INPUT DATA section start

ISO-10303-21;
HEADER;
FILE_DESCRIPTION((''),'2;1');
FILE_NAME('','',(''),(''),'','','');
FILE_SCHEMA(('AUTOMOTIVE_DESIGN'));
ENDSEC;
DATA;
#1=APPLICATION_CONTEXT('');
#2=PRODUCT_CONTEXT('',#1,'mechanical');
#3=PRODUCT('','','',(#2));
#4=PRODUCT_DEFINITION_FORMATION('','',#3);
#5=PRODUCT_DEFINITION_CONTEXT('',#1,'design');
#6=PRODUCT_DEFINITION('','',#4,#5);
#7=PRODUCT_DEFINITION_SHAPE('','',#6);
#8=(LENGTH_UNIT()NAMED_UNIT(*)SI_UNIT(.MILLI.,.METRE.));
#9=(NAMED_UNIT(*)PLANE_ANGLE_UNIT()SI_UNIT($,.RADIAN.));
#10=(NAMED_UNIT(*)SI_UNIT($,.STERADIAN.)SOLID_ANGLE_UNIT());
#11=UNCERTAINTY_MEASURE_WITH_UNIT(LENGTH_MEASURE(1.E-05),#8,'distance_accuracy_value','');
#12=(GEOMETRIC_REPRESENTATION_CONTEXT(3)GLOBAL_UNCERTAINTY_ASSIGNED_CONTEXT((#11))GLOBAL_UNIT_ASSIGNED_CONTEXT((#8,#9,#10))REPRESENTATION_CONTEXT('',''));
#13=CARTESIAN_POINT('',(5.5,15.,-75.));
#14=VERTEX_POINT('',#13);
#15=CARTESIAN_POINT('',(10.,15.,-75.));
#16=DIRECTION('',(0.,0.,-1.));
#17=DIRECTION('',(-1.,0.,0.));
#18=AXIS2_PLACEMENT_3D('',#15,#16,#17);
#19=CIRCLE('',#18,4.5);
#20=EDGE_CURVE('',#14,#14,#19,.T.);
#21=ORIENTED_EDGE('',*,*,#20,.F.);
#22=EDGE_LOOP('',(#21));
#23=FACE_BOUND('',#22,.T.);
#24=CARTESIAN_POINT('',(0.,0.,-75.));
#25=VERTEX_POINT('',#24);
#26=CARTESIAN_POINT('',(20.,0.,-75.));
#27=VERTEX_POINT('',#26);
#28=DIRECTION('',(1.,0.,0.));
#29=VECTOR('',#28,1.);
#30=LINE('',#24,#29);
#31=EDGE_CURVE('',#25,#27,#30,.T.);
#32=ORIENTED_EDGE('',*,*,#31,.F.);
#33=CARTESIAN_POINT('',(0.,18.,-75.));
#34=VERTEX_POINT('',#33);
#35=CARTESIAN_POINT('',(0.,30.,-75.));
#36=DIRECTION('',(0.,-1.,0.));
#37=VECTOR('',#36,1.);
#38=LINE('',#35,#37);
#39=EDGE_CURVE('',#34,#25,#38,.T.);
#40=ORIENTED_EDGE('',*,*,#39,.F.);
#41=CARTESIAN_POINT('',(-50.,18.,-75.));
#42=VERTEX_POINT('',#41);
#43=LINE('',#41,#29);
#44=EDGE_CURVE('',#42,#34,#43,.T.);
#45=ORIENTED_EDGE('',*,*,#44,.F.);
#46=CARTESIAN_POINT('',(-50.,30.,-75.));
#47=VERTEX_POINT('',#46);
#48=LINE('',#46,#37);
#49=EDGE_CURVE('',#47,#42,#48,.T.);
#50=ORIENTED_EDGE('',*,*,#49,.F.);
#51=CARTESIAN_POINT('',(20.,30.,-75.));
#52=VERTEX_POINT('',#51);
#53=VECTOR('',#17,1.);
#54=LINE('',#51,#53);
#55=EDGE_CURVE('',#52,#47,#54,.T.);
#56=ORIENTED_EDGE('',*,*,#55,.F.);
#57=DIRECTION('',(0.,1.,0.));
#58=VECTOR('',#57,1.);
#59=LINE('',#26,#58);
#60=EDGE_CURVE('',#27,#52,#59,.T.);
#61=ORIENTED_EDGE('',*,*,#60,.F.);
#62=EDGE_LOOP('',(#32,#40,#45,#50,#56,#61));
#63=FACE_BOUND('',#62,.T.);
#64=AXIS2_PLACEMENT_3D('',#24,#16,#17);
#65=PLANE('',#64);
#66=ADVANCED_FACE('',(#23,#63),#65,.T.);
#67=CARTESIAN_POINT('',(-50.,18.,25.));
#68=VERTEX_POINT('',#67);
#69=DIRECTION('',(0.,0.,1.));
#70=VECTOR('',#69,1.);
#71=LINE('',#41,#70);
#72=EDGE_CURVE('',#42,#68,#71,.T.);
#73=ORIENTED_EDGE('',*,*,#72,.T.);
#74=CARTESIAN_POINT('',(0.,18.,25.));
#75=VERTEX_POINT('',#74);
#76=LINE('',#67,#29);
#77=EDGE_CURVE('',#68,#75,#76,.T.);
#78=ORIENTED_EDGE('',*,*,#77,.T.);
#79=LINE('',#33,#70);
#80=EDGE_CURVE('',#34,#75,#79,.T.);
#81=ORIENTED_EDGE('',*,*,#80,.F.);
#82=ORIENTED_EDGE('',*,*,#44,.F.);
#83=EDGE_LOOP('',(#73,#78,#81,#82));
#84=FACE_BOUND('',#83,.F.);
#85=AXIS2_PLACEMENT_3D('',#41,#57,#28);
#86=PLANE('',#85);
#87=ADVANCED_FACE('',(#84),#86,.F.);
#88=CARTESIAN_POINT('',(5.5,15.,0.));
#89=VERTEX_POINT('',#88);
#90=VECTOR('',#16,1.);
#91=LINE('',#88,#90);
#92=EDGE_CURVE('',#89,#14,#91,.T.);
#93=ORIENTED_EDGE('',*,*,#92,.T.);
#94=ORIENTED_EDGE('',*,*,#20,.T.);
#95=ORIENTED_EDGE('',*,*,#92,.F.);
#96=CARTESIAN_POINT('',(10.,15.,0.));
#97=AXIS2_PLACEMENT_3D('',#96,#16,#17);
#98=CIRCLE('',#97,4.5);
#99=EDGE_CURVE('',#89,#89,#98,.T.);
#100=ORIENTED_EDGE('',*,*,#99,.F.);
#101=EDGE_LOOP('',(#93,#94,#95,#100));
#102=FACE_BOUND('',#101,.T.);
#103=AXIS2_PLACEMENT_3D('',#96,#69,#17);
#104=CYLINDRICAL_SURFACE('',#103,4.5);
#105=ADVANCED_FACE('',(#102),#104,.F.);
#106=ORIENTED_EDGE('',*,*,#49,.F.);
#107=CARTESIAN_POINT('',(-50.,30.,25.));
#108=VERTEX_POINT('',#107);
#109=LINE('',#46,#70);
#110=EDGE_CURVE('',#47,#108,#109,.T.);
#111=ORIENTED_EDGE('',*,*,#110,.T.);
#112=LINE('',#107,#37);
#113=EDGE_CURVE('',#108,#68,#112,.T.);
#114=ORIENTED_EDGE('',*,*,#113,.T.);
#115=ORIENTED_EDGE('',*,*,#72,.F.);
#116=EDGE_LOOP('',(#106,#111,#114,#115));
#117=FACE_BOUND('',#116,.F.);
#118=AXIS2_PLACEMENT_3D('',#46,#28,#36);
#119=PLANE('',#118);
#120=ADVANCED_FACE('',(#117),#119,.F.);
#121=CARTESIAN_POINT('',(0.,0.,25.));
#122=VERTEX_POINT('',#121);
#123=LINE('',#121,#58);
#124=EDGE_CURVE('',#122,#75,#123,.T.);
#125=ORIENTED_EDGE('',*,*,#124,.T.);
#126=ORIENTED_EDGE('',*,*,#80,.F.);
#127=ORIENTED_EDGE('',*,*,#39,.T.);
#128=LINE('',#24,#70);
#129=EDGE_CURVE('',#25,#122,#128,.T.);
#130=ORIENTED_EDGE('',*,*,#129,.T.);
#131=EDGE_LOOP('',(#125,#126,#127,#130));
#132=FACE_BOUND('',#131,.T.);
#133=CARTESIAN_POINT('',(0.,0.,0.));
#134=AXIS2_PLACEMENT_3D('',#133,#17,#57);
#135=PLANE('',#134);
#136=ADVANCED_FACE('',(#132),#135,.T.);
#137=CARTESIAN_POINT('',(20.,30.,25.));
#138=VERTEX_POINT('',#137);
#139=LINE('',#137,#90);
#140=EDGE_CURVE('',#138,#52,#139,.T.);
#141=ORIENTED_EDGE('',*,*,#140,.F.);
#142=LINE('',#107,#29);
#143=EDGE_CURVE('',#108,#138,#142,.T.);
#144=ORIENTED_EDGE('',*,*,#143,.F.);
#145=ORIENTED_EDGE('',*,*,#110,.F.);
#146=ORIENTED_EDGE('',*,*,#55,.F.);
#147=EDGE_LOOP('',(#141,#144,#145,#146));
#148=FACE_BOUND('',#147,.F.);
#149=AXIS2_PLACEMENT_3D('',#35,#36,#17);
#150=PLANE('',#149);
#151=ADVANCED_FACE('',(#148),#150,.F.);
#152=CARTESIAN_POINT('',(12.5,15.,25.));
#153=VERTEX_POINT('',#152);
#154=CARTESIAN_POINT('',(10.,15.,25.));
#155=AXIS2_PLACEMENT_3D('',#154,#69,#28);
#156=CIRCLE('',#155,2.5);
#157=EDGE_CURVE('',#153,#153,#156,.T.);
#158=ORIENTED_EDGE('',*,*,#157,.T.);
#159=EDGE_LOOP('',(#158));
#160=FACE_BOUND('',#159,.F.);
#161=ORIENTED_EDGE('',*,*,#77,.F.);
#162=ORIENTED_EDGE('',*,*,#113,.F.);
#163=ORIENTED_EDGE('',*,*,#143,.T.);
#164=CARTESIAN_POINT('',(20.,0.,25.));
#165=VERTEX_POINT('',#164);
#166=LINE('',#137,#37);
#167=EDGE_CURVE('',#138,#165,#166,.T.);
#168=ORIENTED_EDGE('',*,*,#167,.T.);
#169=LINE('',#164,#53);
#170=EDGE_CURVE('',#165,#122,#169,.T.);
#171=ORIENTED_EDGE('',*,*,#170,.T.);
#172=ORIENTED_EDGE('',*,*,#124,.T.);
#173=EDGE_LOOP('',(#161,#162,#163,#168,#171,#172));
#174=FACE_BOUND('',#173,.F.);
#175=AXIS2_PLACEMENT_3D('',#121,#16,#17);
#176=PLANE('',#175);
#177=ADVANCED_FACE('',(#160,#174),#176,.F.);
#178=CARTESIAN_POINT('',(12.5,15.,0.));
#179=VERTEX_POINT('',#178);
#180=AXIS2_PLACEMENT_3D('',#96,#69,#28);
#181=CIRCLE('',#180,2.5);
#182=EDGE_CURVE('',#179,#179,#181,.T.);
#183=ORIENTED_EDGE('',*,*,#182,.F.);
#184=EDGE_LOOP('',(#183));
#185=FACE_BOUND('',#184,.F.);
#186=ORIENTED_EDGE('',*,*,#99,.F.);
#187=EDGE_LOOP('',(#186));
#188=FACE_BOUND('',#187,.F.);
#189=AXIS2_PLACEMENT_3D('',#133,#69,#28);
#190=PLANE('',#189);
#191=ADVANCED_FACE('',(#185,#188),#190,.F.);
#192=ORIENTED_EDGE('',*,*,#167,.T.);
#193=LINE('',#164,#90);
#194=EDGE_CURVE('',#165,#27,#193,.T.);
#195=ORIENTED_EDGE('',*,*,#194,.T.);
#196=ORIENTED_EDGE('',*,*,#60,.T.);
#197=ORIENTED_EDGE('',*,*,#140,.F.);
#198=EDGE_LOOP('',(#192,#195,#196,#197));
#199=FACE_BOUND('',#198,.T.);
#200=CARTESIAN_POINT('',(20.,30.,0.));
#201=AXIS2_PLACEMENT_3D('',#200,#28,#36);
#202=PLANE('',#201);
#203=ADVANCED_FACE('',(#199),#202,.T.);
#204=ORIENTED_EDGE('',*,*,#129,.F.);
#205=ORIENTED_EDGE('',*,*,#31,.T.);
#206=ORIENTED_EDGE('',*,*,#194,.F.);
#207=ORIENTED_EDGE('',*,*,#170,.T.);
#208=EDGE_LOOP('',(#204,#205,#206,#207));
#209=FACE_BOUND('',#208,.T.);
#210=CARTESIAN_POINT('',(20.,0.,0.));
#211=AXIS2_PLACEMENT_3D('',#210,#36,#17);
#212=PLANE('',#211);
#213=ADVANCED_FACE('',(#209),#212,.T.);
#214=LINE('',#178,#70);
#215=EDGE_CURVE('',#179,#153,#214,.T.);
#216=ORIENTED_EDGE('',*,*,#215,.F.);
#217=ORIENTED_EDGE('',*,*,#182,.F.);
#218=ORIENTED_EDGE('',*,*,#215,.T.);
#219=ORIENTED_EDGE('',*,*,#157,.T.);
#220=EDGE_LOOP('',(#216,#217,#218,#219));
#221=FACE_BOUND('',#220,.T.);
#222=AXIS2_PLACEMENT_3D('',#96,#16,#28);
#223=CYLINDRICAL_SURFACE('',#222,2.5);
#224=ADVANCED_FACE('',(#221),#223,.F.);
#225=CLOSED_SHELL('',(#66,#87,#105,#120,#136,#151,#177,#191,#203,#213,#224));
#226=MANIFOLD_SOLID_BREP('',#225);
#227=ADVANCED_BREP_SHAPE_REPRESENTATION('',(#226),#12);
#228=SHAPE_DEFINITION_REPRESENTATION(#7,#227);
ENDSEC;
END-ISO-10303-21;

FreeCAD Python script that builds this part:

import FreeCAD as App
import Part
import Sketcher

doc = App.newDocument("Part")
body = doc.addObject("PartDesign::Body", "Body")

# Sketch on XY plane
sketch1 = body.newObject("Sketcher::SketchObject", "Sketch")
sketch1.AttachmentSupport = (doc.getObject("XY_Plane"), [""])
sketch1.MapMode = "FlatFace"
sketch1.addGeometry([
    Part.LineSegment(App.Vector(20, 30, 0), App.Vector(0, 30, 0)),  # 0
    Part.LineSegment(App.Vector(0, 30, 0), App.Vector(0, 0, 0)),  # 1
    Part.LineSegment(App.Vector(0, 0, 0), App.Vector(20, 0, 0)),  # 2
    Part.LineSegment(App.Vector(20, 0, 0), App.Vector(20, 30, 0)),  # 3
    Part.Circle(App.Vector(10, 15, 0), App.Vector(0, 0, 1), 2.5),  # 4
], False)
sketch1.addConstraint([
    Sketcher.Constraint("Coincident", 0, 2, 1, 1),
    Sketcher.Constraint("Coincident", 1, 2, 2, 1),
    Sketcher.Constraint("Coincident", 2, 2, 3, 1),
    Sketcher.Constraint("Coincident", 3, 2, 0, 1),
    Sketcher.Constraint("Horizontal", 0),
    Sketcher.Constraint("Vertical", 1),
    Sketcher.Constraint("Horizontal", 2),
    Sketcher.Constraint("Vertical", 3),
    Sketcher.Constraint("Coincident", 1, 2, -1, 1),
    Sketcher.Constraint("Diameter", 4, 5.0),
    Sketcher.Constraint("DistanceX", 0, 2, 0, 1, 20.0),
    Sketcher.Constraint("DistanceY", 1, 2, 1, 1, 30.0),
    Sketcher.Constraint("DistanceX", -1, 1, 4, 3, 10.0),
    Sketcher.Constraint("DistanceY", -1, 1, 4, 3, 15.0),
])
pad1 = body.newObject("PartDesign::Pad", "Pad")
pad1.Profile = sketch1
pad1.Length = 25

INPUT DATA section end

WHAT YOU SHOULD DO:
Give back, unchanged, the run of lines in the listing above that begins at the line containing "#125=ORIENTED_EDGE('',*,*,#124,.T.);" and ends at the line containing "#131=EDGE_LOOP('',(#125,#126,#127,#130));", both included.

EXERCISE OUTPUT:
#125=ORIENTED_EDGE('',*,*,#124,.T.);
#126=ORIENTED_EDGE('',*,*,#80,.F.);
#127=ORIENTED_EDGE('',*,*,#39,.T.);
#128=LINE('',#24,#70);
#129=EDGE_CURVE('',#25,#122,#128,.T.);
#130=ORIENTED_EDGE('',*,*,#129,.T.);
#131=EDGE_LOOP('',(#125,#126,#127,#130));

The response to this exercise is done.